## [DATA FOR THE TASK]
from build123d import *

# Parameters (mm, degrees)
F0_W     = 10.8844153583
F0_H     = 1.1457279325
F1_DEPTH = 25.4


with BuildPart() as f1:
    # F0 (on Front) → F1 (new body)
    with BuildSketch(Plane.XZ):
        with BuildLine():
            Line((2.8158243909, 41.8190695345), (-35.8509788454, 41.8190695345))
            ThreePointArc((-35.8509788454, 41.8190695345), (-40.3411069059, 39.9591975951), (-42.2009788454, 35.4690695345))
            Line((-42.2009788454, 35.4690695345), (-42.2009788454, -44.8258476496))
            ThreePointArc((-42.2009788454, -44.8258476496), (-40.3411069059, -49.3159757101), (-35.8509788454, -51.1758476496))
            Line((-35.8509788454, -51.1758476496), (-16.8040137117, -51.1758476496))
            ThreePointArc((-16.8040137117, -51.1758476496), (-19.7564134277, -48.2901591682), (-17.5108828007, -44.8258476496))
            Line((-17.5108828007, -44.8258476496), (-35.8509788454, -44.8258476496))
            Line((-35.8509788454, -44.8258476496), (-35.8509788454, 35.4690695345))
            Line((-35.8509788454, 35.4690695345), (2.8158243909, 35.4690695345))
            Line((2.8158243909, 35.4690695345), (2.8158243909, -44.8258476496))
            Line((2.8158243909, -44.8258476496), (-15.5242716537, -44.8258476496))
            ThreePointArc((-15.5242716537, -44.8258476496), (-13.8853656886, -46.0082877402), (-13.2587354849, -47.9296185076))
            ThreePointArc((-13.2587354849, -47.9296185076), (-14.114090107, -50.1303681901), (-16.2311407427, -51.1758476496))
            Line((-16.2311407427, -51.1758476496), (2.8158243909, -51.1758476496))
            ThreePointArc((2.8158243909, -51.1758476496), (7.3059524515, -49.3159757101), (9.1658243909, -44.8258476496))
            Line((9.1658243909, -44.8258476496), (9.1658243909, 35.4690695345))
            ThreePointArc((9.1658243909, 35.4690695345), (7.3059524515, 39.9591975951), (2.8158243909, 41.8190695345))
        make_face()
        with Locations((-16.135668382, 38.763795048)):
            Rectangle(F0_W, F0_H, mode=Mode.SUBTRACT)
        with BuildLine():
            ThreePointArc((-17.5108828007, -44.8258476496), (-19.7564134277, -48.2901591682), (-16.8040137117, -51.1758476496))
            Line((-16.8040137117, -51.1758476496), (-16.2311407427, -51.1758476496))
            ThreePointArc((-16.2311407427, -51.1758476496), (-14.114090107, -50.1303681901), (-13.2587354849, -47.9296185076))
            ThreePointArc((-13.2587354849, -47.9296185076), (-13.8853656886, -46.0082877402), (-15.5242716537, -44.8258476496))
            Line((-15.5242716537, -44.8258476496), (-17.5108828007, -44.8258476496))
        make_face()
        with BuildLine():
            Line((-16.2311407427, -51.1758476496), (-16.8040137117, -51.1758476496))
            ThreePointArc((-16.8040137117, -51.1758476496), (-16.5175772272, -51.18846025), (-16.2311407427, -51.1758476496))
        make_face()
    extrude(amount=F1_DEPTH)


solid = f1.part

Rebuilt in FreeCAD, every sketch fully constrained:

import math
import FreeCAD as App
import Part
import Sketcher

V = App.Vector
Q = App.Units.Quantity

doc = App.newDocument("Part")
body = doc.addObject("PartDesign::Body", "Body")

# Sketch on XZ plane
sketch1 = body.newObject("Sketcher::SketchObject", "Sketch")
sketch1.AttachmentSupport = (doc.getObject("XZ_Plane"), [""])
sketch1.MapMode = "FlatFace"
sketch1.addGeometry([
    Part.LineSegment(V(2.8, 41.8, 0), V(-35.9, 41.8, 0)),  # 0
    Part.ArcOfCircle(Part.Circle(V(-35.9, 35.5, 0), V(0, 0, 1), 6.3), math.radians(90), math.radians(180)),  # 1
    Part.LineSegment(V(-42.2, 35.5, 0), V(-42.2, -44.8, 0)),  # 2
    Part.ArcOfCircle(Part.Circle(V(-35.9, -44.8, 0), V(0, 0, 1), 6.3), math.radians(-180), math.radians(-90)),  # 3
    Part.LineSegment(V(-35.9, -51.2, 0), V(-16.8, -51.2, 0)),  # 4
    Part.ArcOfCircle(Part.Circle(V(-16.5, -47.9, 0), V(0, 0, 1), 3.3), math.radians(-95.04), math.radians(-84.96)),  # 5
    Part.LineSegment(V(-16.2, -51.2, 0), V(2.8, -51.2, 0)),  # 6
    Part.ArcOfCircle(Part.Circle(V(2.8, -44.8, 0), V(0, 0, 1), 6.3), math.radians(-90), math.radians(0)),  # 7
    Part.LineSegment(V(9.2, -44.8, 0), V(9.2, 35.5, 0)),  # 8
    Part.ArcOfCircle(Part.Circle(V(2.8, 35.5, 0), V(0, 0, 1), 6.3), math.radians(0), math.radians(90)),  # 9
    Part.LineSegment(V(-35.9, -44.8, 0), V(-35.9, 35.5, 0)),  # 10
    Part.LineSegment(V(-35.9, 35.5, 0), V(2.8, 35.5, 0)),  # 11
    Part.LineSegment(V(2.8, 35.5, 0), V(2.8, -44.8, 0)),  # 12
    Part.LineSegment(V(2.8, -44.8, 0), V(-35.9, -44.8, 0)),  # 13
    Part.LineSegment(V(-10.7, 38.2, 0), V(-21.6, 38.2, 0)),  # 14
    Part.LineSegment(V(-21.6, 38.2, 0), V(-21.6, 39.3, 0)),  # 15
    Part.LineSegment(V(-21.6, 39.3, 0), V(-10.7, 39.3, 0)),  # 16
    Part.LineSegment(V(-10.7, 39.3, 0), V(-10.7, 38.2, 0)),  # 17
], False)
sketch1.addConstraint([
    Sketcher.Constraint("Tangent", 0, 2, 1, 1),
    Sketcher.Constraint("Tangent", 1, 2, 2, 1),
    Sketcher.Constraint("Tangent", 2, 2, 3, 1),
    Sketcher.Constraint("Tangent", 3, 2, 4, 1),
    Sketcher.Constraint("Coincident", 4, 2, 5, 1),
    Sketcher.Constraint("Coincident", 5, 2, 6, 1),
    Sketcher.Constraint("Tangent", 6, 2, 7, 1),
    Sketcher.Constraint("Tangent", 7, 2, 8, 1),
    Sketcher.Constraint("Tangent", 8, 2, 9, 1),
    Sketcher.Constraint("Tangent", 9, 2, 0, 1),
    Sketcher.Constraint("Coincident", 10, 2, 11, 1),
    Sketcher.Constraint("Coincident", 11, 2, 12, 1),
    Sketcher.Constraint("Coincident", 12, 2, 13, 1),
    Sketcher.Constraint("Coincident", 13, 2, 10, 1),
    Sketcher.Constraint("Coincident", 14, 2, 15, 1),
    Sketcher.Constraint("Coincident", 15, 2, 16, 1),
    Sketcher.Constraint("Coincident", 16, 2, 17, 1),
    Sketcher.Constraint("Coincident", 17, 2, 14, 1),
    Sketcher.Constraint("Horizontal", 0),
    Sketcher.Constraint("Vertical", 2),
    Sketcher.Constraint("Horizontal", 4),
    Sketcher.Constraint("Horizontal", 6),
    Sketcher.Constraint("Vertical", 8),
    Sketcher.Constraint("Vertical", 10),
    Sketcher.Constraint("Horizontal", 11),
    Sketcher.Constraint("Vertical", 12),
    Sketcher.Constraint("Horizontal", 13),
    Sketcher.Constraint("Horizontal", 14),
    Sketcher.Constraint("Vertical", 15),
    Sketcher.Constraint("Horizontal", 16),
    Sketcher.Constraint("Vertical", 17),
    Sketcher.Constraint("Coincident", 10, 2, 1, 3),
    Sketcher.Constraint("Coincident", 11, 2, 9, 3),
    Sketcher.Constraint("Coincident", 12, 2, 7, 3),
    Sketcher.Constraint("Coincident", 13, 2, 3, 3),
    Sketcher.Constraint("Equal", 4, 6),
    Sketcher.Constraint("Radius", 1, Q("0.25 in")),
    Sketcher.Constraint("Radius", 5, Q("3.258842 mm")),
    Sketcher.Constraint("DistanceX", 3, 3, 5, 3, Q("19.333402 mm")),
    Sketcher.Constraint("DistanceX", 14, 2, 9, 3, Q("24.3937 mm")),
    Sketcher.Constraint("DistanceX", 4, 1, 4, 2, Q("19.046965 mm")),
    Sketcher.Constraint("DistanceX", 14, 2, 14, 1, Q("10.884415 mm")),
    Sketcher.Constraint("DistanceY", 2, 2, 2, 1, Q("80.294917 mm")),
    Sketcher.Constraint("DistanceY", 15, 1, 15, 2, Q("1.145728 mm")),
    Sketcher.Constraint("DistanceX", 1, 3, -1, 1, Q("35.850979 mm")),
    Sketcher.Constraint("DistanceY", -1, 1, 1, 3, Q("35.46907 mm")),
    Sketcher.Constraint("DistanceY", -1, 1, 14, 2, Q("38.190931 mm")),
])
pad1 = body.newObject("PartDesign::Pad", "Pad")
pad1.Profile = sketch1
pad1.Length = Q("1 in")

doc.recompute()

## [AIM OF THE EXERCISE]
Return exactly what appears above, from the first line of the entries to the line with "-51.1758476496), (-16.2311407427, -51.1758476496))", inclusive.

## [EXPECTED OUTPUT]
from build123d import *

# Parameters (mm, degrees)
F0_W     = 10.8844153583
F0_H     = 1.1457279325
F1_DEPTH = 25.4


with BuildPart() as f1:
    # F0 (on Front) → F1 (new body)
    with BuildSketch(Plane.XZ):
        with BuildLine():
            Line((2.8158243909, 41.8190695345), (-35.8509788454, 41.8190695345))
            ThreePointArc((-35.8509788454, 41.8190695345), (-40.3411069059, 39.9591975951), (-42.2009788454, 35.4690695345))
            Line((-42.2009788454, 35.4690695345), (-42.2009788454, -44.8258476496))
            ThreePointArc((-42.2009788454, -44.8258476496), (-40.3411069059, -49.3159757101), (-35.8509788454, -51.1758476496))
            Line((-35.8509788454, -51.1758476496), (-16.8040137117, -51.1758476496))
            ThreePointArc((-16.8040137117, -51.1758476496), (-19.7564134277, -48.2901591682), (-17.5108828007, -44.8258476496))
            Line((-17.5108828007, -44.8258476496), (-35.8509788454, -44.8258476496))
            Line((-35.8509788454, -44.8258476496), (-35.8509788454, 35.4690695345))
            Line((-35.8509788454, 35.4690695345), (2.8158243909, 35.4690695345))
            Line((2.8158243909, 35.4690695345), (2.8158243909, -44.8258476496))
            Line((2.8158243909, -44.8258476496), (-15.5242716537, -44.8258476496))
            ThreePointArc((-15.5242716537, -44.8258476496), (-13.8853656886, -46.0082877402), (-13.2587354849, -47.9296185076))
            ThreePointArc((-13.2587354849, -47.9296185076), (-14.114090107, -50.1303681901), (-16.2311407427, -51.1758476496))
            Line((-16.2311407427, -51.1758476496), (2.8158243909, -51.1758476496))
            ThreePointArc((2.8158243909, -51.1758476496), (7.3059524515, -49.3159757101), (9.1658243909, -44.8258476496))
            Line((9.1658243909, -44.8258476496), (9.1658243909, 35.4690695345))
            ThreePointArc((9.1658243909, 35.4690695345), (7.3059524515, 39.9591975951), (2.8158243909, 41.8190695345))
        make_face()
        with Locations((-16.135668382, 38.763795048)):
            Rectangle(F0_W, F0_H, mode=Mode.SUBTRACT)
        with BuildLine():
            ThreePointArc((-17.5108828007, -44.8258476496), (-19.7564134277, -48.2901591682), (-16.8040137117, -51.1758476496))
            Line((-16.8040137117, -51.1758476496), (-16.2311407427, -51.1758476496))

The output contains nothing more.